How to Choose the Right Bank for Your Home Loan
The best bank for a home loan is not the one with the lowest advertised rate — it's the one that offers the best combination of rate, terms, LTV, fees, and processing experience for your specific situation. Here's a simple framework:
- If you want the lowest possible monthly payment today: Prioritize banks with the lowest 1-year or 3-year fixed rates and highest LTV ratios.
- If you want rate certainty: Look at RCBC or Security Bank for long fixing periods (10–15 years).
- If you're an OFW: BPI and PNB have the strongest OFW-specific programs with flexible documentation requirements.
- If you're buying socialized or economic housing: Pag-IBIG is likely your best starting point, though compare with private bank alternatives.
- If you want digital convenience: BPI and UnionBank lead in online application and tracking.
- If you already have an existing home loan: Consider whether refinancing your housing loan to a different bank could get you a significantly lower rate.

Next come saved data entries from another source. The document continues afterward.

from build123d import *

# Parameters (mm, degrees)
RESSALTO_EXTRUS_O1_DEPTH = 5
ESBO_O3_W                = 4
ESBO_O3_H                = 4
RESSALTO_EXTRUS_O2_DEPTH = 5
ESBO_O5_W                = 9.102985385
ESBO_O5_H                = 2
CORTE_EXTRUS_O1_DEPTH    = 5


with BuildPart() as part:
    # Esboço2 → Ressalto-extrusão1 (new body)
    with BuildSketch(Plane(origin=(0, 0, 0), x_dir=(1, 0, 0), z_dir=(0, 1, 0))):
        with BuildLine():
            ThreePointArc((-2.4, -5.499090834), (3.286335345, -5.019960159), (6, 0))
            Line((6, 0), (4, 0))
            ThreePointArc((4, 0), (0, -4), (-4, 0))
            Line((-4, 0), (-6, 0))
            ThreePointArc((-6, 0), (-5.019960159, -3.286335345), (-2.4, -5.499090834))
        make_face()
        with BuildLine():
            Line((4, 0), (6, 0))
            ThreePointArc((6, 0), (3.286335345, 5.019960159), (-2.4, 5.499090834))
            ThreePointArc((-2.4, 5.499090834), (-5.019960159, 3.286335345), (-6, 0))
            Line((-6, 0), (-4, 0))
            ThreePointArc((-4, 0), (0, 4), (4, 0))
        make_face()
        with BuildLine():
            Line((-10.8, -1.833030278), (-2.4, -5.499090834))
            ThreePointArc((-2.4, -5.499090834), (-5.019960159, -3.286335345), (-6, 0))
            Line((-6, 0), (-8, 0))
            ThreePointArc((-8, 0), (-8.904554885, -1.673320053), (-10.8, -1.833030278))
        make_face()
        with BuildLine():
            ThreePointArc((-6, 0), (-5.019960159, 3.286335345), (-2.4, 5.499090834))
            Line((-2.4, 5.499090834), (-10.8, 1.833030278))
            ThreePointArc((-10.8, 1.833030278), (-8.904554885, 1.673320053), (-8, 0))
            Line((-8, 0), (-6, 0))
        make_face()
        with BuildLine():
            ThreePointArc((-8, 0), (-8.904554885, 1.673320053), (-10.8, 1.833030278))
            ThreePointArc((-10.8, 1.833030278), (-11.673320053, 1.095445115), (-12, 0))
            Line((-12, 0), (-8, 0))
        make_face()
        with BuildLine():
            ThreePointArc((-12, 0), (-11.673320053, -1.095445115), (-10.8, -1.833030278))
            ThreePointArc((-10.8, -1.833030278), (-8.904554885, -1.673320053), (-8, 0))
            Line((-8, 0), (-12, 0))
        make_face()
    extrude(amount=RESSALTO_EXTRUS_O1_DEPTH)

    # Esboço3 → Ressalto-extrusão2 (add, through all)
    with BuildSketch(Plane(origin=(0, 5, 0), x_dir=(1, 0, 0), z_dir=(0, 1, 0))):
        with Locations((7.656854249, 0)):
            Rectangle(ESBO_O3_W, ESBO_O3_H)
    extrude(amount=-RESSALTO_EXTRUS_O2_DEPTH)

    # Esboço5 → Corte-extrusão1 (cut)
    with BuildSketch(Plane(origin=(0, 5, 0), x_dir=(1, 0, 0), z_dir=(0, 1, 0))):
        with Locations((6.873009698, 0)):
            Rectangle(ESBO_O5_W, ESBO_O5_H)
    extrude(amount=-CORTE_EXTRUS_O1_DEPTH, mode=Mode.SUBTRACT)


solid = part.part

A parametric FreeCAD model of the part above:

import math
import FreeCAD as App
import Part
import Sketcher

doc = App.newDocument("Part")
body = doc.addObject("PartDesign::Body", "Body")

# Sketch on XZ plane
sketch1 = doc.addObject("Sketcher::SketchObject", "Sketch")
body.addObject(sketch1)
sketch1.AttachmentSupport = (doc.XZ_Plane, [""])
sketch1.MapMode = "FlatFace"
sketch1.addGeometry([
    Part.LineSegment(App.Vector(-10.8, 1.8, 0), App.Vector(-2.4, 5.5, 0)),  # 0
    Part.ArcOfCircle(Part.Circle(App.Vector(0, 0, 0), App.Vector(0, 0, 1), 6), math.radians(0), math.radians(114)),  # 1
    Part.ArcOfCircle(Part.Circle(App.Vector(0, 0, 0), App.Vector(0, 0, 1), 6), math.radians(-114), math.radians(0)),  # 2
    Part.LineSegment(App.Vector(-2.4, -5.5, 0), App.Vector(-10.8, -1.8, 0)),  # 3
    Part.ArcOfCircle(Part.Circle(App.Vector(-10, 0, 0), App.Vector(0, 0, 1), 2), math.radians(180), math.radians(246)),  # 4
    Part.ArcOfCircle(Part.Circle(App.Vector(-10, 0, 0), App.Vector(0, 0, 1), 2), math.radians(114), math.radians(180)),  # 5
    Part.Circle(App.Vector(0, 0, 0), App.Vector(0, 0, 1), 4),  # 6
], False)
sketch1.addConstraint([
    Sketcher.Constraint("Tangent", 0, 2, 1, 2),
    Sketcher.Constraint("Tangent", 1, 1, 2, 2),
    Sketcher.Constraint("Tangent", 2, 1, 3, 1),
    Sketcher.Constraint("Tangent", 3, 2, 4, 2),
    Sketcher.Constraint("Tangent", 4, 1, 5, 2),
    Sketcher.Constraint("Tangent", 5, 1, 0, 1),
    Sketcher.Constraint("Coincident", 1, 3, -1, 1),
    Sketcher.Constraint("Coincident", 6, 3, -1, 1),
    Sketcher.Constraint("Equal", 1, 2),
    Sketcher.Constraint("Equal", 4, 5),
    Sketcher.Constraint("PointOnObject", 4, 3, -1),
    Sketcher.Constraint("PointOnObject", 1, 1, -1),
    Sketcher.Constraint("PointOnObject", 4, 1, -1),
    Sketcher.Constraint("Diameter", 6, 8.0),
    Sketcher.Constraint("Radius", 1, 6.0),
    Sketcher.Constraint("Radius", 4, 2.0),
    Sketcher.Constraint("DistanceX", 4, 3, -1, 1, 10.0),
])
pad1 = doc.addObject("PartDesign::Pad", "Pad")
body.addObject(pad1)
pad1.Profile = sketch1
pad1.Length = 5
pad1.Reversed = True

# Sketch on XZ plane
sketch2 = doc.addObject("Sketcher::SketchObject", "Sketch001")
body.addObject(sketch2)
sketch2.AttachmentSupport = (doc.XZ_Plane, [""])
sketch2.MapMode = "FlatFace"
sketch2.AttachmentOffset = App.Placement(App.Vector(0, 0, -5), App.Rotation())
sketch2.addGeometry([
    Part.LineSegment(App.Vector(5.7, -2, 0), App.Vector(5.7, 2, 0)),
    Part.LineSegment(App.Vector(5.7, 2, 0), App.Vector(9.7, 2, 0)),
    Part.LineSegment(App.Vector(9.7, 2, 0), App.Vector(9.7, -2, 0)),
    Part.LineSegment(App.Vector(9.7, -2, 0), App.Vector(5.7, -2, 0)),
], False)
sketch2.addConstraint([
    Sketcher.Constraint("Coincident", 0, 2, 1, 1),
    Sketcher.Constraint("Coincident", 1, 2, 2, 1),
    Sketcher.Constraint("Coincident", 2, 2, 3, 1),
    Sketcher.Constraint("Coincident", 3, 2, 0, 1),
    Sketcher.Constraint("Vertical", 0),
    Sketcher.Constraint("Horizontal", 1),
    Sketcher.Constraint("Vertical", 2),
    Sketcher.Constraint("Horizontal", 3),
    Sketcher.Constraint("Equal", 3, 0),
    Sketcher.Constraint("DistanceX", 1, 1, 1, 2, 4.0),
    Sketcher.Constraint("DistanceY", -1, 1, 0, 2, 2.0),
    Sketcher.Constraint("DistanceX", -1, 1, 0, 2, 5.656854),
])
pad2 = doc.addObject("PartDesign::Pad", "Pad001")
body.addObject(pad2)
pad2.Profile = sketch2
pad2.Length = 5

# Sketch on XZ plane
sketch3 = doc.addObject("Sketcher::SketchObject", "Sketch002")
body.addObject(sketch3)
sketch3.AttachmentSupport = (doc.XZ_Plane, [""])
sketch3.MapMode = "FlatFace"
sketch3.AttachmentOffset = App.Placement(App.Vector(0, 0, -5), App.Rotation())
sketch3.addGeometry([
    Part.LineSegment(App.Vector(2.3, -1, 0), App.Vector(2.3, 1, 0)),
    Part.LineSegment(App.Vector(2.3, 1, 0), App.Vector(11.4, 1, 0)),
    Part.LineSegment(App.Vector(11.4, 1, 0), App.Vector(11.4, -1, 0)),
    Part.LineSegment(App.Vector(11.4, -1, 0), App.Vector(2.3, -1, 0)),
], False)
sketch3.addConstraint([
    Sketcher.Constraint("Coincident", 0, 2, 1, 1),
    Sketcher.Constraint("Coincident", 1, 2, 2, 1),
    Sketcher.Constraint("Coincident", 2, 2, 3, 1),
    Sketcher.Constraint("Coincident", 3, 2, 0, 1),
    Sketcher.Constraint("Vertical", 0),
    Sketcher.Constraint("Horizontal", 1),
    Sketcher.Constraint("Vertical", 2),
    Sketcher.Constraint("Horizontal", 3),
    Sketcher.Constraint("DistanceY", 0, 1, 0, 2, 2.0),
    Sketcher.Constraint("DistanceY", -1, 1, 0, 2, 1.0),
    Sketcher.Constraint("DistanceX", 1, 1, 1, 2, 9.102985),
    Sketcher.Constraint("DistanceX", -1, 1, 0, 2, 2.321517),
])
pocket1 = doc.addObject("PartDesign::Pocket", "Pocket")
body.addObject(pocket1)
pocket1.Profile = sketch3
pocket1.Length = 5
pocket1.Reversed = True

doc.recompute()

What Documents Do You Need?
Regardless of which bank you apply with, you'll typically need to prepare the following:
- Valid government-issued ID (2 copies)
- Proof of income: latest 3 months payslips + Certificate of Employment, or 2 years ITR for self-employed
- Bank statements: last 3–6 months
- Property documents: Contract to Sell, TCT/CCT, tax declaration
- Proof of billing for current address
- Marriage Certificate (if applicable)
OFW borrowers will additionally need their POEA contract or employment contract, seaman's book (for seafarers), and proof of remittance. Some banks require an attorney-in-fact if you are applying from abroad.
Should You Apply Directly or Use a Mortgage Broker?
Applying to each bank individually is time-consuming and repetitive. Each application requires the same stack of documents, a separate appraisal, and a different point of contact who may or may not follow up consistently. Meanwhile, you have no way of knowing whether the rate you're being offered is competitive unless you've also applied elsewhere.
A mortgage broker like Nook solves this by submitting your application to multiple banks simultaneously and presenting you with a comparison of actual offers — not just advertised rates. Nook's service is 100% free to borrowers; the bank pays a referral fee when your loan is approved. This means you get independent advice with no financial incentive to push you toward any particular lender.
Whether you're buying a new property or looking to reduce your monthly payment on an existing loan, getting multiple offers side by side is the only way to know you're getting the best deal available to you.
The Bottom Line
Home loan rates and terms in the Philippines vary more than most borrowers realize. The difference between the best and worst offer for the same borrower can easily be 1%–2% per annum — which translates to hundreds of thousands of pesos over a 20-year loan term. Don't settle for the first offer you receive, especially from your existing bank, which has little incentive to give you their sharpest rate.
Compare at least 3–5 banks before deciding, pay close attention to total costs (not just the headline rate), and consider using a free mortgage broker to do the heavy lifting for you. Your home is likely the biggest purchase of your life — the loan you choose deserves the same level of attention.